Carstanjen worked in the Office of Information Technologies (OIT) at UMass, where he acted as the liaison with the school of humanities and fine arts, providing personal support and assisting the school in the direction of its technology. In addition to these duties and doing research projects and consulting, he aided students personally with technical problems.
A degree recipient from UMass's University Without Walls program, Carstanjen worked for Northfield Mount Hermon School as a Macintosh specialist, library proctor and advisor to the student computer group "Geeks for Electrical Engineering and Computer Science" (GEECS) prior to his employment at UMass. He planned to meet his girlfriend in San Diego and vacation up the California coast, touring on his prized Honda PC 800 motorcycle, with a group of fellow aficionados of that model of motorcycle.

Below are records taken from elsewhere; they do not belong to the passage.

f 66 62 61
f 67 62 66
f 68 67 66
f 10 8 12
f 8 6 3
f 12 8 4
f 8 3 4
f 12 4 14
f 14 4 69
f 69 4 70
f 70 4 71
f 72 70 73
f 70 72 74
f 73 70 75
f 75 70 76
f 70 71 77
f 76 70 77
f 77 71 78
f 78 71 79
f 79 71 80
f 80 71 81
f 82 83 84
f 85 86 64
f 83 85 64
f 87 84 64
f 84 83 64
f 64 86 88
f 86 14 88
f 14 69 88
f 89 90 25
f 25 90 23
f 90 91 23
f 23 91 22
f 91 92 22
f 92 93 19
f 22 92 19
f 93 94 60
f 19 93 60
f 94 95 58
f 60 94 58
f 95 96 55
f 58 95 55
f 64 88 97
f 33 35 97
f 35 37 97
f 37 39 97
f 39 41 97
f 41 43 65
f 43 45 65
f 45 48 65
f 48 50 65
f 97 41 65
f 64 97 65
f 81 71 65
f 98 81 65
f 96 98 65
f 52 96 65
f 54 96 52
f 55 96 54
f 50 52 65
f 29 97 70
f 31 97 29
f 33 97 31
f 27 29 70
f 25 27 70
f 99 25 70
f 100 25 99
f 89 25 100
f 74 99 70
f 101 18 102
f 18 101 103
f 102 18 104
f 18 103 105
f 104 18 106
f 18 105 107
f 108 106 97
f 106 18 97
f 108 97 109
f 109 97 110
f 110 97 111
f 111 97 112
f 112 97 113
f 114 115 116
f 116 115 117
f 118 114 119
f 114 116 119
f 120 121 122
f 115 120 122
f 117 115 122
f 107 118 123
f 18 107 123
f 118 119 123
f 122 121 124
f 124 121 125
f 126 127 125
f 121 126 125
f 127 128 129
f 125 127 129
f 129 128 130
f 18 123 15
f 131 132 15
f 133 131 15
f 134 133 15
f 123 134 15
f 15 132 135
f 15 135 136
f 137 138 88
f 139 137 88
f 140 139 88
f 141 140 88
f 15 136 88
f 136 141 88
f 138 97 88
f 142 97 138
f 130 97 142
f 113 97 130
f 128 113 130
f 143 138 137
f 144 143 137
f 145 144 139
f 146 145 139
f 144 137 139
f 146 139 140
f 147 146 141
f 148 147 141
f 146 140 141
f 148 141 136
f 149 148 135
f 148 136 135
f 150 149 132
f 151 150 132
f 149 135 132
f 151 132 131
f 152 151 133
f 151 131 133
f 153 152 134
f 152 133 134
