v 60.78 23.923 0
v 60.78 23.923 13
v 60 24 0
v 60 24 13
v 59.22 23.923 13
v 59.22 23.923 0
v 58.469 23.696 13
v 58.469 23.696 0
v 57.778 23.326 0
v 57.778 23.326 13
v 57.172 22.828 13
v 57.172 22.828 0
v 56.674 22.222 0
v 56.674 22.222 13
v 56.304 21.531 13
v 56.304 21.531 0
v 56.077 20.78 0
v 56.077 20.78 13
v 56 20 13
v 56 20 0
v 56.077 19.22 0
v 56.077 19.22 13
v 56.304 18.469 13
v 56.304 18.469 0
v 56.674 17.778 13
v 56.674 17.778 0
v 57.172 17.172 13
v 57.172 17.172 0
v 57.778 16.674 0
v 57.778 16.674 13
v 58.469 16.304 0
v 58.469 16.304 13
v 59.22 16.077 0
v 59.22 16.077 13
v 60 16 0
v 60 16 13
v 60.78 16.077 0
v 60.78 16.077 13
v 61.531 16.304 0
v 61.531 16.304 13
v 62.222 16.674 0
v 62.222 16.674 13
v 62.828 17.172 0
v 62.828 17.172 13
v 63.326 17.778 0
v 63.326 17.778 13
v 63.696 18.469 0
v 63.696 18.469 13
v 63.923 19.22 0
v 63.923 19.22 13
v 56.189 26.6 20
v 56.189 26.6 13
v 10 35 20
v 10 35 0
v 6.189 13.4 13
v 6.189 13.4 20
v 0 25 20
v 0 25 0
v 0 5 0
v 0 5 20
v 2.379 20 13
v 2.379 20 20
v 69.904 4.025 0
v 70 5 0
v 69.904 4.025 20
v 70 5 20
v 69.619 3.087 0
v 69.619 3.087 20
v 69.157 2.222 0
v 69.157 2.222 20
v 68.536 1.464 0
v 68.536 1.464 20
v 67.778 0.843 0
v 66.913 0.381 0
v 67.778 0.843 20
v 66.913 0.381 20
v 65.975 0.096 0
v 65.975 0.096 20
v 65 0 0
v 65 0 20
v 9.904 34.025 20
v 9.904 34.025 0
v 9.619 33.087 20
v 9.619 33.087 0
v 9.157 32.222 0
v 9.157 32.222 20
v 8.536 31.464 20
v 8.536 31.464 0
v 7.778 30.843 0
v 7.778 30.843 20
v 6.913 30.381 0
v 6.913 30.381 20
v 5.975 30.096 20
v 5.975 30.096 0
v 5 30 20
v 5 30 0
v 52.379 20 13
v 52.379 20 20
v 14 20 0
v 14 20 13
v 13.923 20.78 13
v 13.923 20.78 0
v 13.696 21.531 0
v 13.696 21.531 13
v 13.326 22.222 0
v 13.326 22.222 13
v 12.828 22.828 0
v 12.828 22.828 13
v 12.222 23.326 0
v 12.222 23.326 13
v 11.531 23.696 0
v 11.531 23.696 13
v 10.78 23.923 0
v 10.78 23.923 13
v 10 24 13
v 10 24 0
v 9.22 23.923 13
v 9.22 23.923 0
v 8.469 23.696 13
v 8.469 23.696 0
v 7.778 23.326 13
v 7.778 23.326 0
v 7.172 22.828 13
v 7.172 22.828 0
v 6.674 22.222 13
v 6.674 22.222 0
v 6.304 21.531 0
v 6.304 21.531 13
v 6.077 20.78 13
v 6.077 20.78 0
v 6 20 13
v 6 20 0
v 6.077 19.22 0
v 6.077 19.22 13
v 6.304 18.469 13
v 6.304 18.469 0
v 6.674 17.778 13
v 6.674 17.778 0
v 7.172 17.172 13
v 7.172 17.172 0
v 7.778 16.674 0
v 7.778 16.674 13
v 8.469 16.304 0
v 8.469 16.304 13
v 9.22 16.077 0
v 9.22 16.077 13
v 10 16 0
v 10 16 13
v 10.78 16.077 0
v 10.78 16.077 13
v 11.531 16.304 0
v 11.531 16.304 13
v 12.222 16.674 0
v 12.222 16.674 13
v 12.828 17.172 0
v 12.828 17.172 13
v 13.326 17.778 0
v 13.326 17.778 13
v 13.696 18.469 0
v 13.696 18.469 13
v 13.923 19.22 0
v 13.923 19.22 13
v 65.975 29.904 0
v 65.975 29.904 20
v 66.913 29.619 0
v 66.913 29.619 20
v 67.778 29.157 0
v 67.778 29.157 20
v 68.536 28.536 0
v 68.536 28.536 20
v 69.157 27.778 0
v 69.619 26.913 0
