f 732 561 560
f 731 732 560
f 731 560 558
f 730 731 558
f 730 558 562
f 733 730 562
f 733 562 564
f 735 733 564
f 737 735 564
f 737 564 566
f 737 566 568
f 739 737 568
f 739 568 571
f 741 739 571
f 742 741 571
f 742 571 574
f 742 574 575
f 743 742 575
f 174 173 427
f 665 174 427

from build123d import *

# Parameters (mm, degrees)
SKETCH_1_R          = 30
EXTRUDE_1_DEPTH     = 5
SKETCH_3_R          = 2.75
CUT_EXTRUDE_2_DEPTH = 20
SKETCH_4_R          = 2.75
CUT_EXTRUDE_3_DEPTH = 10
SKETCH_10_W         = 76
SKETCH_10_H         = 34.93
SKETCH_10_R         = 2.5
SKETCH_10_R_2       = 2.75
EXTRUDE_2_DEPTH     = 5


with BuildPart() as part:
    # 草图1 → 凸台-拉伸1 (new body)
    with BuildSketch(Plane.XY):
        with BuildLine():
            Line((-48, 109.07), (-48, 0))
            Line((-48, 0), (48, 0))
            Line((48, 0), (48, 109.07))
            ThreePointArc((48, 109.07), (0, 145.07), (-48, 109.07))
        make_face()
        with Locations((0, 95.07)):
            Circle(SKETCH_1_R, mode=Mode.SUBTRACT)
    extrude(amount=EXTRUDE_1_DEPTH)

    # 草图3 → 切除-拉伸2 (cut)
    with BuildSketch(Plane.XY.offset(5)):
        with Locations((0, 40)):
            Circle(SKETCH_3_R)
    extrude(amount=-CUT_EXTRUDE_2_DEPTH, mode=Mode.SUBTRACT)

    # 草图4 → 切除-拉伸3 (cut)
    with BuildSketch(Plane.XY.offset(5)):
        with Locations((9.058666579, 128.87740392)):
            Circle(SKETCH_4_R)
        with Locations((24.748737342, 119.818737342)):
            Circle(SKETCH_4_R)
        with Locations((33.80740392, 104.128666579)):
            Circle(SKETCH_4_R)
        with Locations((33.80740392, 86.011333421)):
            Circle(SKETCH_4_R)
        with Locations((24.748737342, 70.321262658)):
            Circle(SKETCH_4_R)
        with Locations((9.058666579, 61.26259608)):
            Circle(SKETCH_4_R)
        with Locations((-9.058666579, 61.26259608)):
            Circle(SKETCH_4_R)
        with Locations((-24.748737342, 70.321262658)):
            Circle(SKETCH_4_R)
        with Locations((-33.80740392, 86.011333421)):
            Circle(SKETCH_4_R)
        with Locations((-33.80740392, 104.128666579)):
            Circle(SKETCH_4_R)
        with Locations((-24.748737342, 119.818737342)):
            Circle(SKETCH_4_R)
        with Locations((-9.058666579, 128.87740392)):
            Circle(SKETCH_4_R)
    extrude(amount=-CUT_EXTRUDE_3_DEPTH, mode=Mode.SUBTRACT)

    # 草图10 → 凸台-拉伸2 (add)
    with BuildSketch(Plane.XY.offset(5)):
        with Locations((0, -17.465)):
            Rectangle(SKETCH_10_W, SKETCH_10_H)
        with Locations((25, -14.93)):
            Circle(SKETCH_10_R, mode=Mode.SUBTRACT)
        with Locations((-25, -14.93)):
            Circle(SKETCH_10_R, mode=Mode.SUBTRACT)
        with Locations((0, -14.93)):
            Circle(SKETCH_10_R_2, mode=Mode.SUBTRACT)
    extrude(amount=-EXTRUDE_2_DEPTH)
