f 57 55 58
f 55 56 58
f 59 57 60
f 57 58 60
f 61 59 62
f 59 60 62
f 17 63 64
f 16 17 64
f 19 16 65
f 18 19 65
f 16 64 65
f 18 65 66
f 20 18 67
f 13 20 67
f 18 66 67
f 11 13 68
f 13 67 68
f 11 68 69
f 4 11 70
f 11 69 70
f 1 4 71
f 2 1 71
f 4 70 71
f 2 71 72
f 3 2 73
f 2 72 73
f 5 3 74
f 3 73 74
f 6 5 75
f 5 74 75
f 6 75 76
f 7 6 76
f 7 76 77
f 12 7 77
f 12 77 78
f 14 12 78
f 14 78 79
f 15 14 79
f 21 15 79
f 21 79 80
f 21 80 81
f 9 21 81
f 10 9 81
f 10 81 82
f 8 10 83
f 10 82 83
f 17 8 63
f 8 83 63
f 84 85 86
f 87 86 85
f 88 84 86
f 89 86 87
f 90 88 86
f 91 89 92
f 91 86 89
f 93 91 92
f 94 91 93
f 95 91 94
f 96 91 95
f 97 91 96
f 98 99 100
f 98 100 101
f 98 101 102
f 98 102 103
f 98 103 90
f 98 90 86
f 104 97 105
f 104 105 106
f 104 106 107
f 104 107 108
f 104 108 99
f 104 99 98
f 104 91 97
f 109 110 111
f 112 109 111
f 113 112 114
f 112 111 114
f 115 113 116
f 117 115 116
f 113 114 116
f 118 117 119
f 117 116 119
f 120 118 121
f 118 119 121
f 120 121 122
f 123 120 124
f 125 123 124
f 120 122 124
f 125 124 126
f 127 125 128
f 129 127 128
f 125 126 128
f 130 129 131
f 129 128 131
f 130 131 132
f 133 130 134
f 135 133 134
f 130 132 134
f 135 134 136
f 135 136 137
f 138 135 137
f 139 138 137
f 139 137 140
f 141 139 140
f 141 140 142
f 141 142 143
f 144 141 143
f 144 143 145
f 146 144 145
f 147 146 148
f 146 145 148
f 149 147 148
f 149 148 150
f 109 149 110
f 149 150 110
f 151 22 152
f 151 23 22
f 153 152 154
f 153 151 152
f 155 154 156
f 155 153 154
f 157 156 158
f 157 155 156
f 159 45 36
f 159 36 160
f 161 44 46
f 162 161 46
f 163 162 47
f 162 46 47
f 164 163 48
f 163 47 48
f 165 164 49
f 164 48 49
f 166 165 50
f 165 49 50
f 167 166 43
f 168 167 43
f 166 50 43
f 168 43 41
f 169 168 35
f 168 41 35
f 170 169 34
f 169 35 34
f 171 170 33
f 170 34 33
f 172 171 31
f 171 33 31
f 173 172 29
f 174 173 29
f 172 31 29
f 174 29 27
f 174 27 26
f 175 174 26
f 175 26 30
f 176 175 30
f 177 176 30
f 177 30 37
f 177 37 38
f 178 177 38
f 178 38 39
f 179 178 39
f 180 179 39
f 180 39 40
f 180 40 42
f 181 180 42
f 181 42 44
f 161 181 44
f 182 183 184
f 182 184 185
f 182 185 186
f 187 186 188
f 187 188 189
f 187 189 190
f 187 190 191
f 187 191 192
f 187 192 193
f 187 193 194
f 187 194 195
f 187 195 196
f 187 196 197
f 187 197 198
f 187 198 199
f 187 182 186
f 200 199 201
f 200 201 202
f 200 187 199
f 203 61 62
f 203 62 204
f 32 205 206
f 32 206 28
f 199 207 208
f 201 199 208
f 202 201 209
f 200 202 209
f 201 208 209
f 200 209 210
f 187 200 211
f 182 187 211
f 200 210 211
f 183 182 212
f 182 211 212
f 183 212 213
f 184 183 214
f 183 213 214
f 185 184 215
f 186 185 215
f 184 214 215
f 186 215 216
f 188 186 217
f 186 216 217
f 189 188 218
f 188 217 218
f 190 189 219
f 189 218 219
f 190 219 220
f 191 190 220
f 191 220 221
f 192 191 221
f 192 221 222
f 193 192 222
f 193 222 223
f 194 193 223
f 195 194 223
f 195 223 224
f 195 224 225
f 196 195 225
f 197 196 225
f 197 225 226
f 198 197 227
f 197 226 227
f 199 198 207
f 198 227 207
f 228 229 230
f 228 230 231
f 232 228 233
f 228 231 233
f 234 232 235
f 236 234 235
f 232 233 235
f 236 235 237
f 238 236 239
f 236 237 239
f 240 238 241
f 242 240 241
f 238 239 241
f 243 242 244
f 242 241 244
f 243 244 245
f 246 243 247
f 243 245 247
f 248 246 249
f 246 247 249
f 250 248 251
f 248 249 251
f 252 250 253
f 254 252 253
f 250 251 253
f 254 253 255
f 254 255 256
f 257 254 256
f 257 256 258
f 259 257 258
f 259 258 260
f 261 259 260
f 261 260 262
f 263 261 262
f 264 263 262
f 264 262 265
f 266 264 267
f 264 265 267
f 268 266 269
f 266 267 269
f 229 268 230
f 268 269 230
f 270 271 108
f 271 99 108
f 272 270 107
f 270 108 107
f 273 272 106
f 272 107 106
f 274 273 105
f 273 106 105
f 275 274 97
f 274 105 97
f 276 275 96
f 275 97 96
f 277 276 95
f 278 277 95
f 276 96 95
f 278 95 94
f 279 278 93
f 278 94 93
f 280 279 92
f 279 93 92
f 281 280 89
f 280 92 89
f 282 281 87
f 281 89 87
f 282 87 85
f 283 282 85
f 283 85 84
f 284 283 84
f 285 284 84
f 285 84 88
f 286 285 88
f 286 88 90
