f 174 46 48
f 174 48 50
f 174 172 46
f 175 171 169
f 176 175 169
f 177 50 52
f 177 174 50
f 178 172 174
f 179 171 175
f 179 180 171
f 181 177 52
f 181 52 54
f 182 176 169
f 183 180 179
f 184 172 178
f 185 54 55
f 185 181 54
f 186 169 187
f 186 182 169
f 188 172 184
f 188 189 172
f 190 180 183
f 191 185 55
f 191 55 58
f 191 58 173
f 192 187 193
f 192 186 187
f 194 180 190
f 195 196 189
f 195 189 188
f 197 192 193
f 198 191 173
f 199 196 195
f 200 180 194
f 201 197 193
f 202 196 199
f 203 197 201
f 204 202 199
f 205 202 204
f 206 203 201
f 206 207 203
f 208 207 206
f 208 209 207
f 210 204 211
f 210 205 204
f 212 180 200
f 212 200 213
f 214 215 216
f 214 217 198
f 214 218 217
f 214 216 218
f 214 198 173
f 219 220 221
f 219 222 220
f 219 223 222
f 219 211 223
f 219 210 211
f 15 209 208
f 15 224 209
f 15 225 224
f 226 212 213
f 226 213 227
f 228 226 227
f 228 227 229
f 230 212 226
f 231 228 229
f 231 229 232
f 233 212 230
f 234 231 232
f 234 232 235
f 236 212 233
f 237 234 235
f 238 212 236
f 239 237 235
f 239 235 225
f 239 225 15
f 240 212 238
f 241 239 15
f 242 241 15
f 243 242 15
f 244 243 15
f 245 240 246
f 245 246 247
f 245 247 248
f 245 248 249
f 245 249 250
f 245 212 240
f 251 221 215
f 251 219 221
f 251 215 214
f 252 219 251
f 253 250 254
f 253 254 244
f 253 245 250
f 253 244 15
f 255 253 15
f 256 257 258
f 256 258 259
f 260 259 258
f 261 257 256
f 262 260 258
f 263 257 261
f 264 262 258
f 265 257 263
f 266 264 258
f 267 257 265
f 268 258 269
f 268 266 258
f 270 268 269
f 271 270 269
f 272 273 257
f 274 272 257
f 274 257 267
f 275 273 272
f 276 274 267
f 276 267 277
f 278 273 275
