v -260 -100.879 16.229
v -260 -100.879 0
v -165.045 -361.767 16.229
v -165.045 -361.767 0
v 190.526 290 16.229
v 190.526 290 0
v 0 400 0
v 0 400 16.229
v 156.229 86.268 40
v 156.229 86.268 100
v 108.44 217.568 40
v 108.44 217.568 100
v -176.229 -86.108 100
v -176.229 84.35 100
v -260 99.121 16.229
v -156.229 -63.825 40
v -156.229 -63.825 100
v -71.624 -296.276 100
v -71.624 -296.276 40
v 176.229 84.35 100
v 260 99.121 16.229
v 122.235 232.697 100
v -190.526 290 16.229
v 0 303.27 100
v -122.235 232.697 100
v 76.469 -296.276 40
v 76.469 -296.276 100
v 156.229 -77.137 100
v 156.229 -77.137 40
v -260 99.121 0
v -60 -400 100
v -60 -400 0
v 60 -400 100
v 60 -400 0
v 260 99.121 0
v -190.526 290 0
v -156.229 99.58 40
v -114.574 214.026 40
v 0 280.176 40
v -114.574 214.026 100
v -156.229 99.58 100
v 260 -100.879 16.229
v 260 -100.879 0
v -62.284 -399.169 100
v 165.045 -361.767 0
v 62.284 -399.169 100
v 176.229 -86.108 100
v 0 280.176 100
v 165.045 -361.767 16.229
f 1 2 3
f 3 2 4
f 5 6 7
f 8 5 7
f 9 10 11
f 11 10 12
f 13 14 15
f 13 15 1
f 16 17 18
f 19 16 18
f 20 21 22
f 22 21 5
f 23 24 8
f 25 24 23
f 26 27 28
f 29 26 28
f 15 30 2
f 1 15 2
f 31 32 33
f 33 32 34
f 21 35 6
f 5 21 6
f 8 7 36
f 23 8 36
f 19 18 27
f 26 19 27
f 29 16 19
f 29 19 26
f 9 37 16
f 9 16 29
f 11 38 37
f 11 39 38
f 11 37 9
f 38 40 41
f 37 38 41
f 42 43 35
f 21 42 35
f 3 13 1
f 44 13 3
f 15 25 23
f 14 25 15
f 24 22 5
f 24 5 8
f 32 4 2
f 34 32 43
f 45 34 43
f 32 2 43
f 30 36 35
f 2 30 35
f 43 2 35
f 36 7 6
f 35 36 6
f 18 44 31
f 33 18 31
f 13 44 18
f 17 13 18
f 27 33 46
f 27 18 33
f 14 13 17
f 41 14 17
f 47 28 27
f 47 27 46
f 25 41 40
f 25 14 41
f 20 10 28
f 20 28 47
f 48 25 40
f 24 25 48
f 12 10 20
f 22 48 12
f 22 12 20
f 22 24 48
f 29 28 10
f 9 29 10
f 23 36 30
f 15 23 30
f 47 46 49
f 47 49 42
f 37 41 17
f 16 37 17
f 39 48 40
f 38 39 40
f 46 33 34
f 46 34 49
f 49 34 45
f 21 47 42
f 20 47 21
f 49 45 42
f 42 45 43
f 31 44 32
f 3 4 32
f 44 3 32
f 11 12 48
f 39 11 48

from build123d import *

# Parameters (mm, degrees)
F1_DEPTH = 10
F2_DEPTH = 90
F3_SIZE2 = 83.771
F3_SIZE  = 83.771
F5_DEPTH = 60


# Not quite as in the source:
# - a feature names something its author has since deleted; it is built from what else it names


with BuildPart() as f1:
    # F0 (on Top) → F1 (new body)
    with BuildSketch(Plane.XY):
        Polygon((190.5255888326, 290), (0, 400), (-190.5255888326, 290), (-260, 99.1206240876), (-260, -100.8793759124), (-165.0447262585, -361.7668463753), (-60, -400), (60, -400), (165.0447262585, -361.7668463753), (260, -100.8793759124), (260, 99.1206240876), align=None)
    extrude(amount=F1_DEPTH)

    # F2 (add): a face of the model
    f2_faces = [f1.faces().sort_by_distance(p)[0] for p in [
        (0, -14.4086757736, 10),
    ]]
    extrude(f2_faces, amount=F2_DEPTH)

    # F3
    f3_edges = [f1.edges().sort_by_distance(p)[0] for p in [
        (-212.522363, -231.323111, 100),
        (212.522363, -231.323111, 100),
        (260, -0.879376, 100),
        (225.262794, 194.560312, 100),
        (95.262794, 345, 100),
        (-95.262794, 345, 100),
        (-225.262794, 194.560312, 100),
        (-260, -0.879376, 100),
    ]]
    chamfer(f3_edges, length=F3_SIZE, length2=F3_SIZE2)

    # F4 (on face) → F5 (cut)
    with BuildSketch(Plane.XY.offset(100)):
        Polygon((-114.5740551886, 214.0262088265), (-156.229, 99.5801885487), (-156.229, -63.8245572211), (-71.6236926582, -296.2757287087), (76.4689935111, -296.2757287087), (156.229, -77.136911905), (156.229, 86.2678338648), (108.4396889686, 217.567886815), (0, 280.1755704318), align=None)
    extrude(amount=-F5_DEPTH, mode=Mode.SUBTRACT)


solid = f1.part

"[Carstanjen] put a very friendly, a very affable and upbeat face on what can often be a bureaucratic process," said his immediate supervisor in the OIT, Michael Gilbert. "He was especially good at helping people who were intimidated by technology to overcome their fears. More than that-he was a good friend to all of us here."
"Christoffer was a very avid motorcyclist, as well as a fan of Morris dancing, a type of English country dancing he did regularly," said Gilbert. "He lived up in Turner's Falls in a house he built by himself; he was an outstanding individual, and we're all going to miss him."
Carstanjen's family plans a service for him later this month. "Christoffer's sense of the human dimension of technology is one of the many enduring gifts he has given us," said Williams. "To him and to his family we say, 'Thank you.' His life has made ours the richer."
Also among confirmed UMass losses were alumni Tara Shea Creamer (1993), Peter Hashem (1983) and Thomas N. Pecorelli (1992).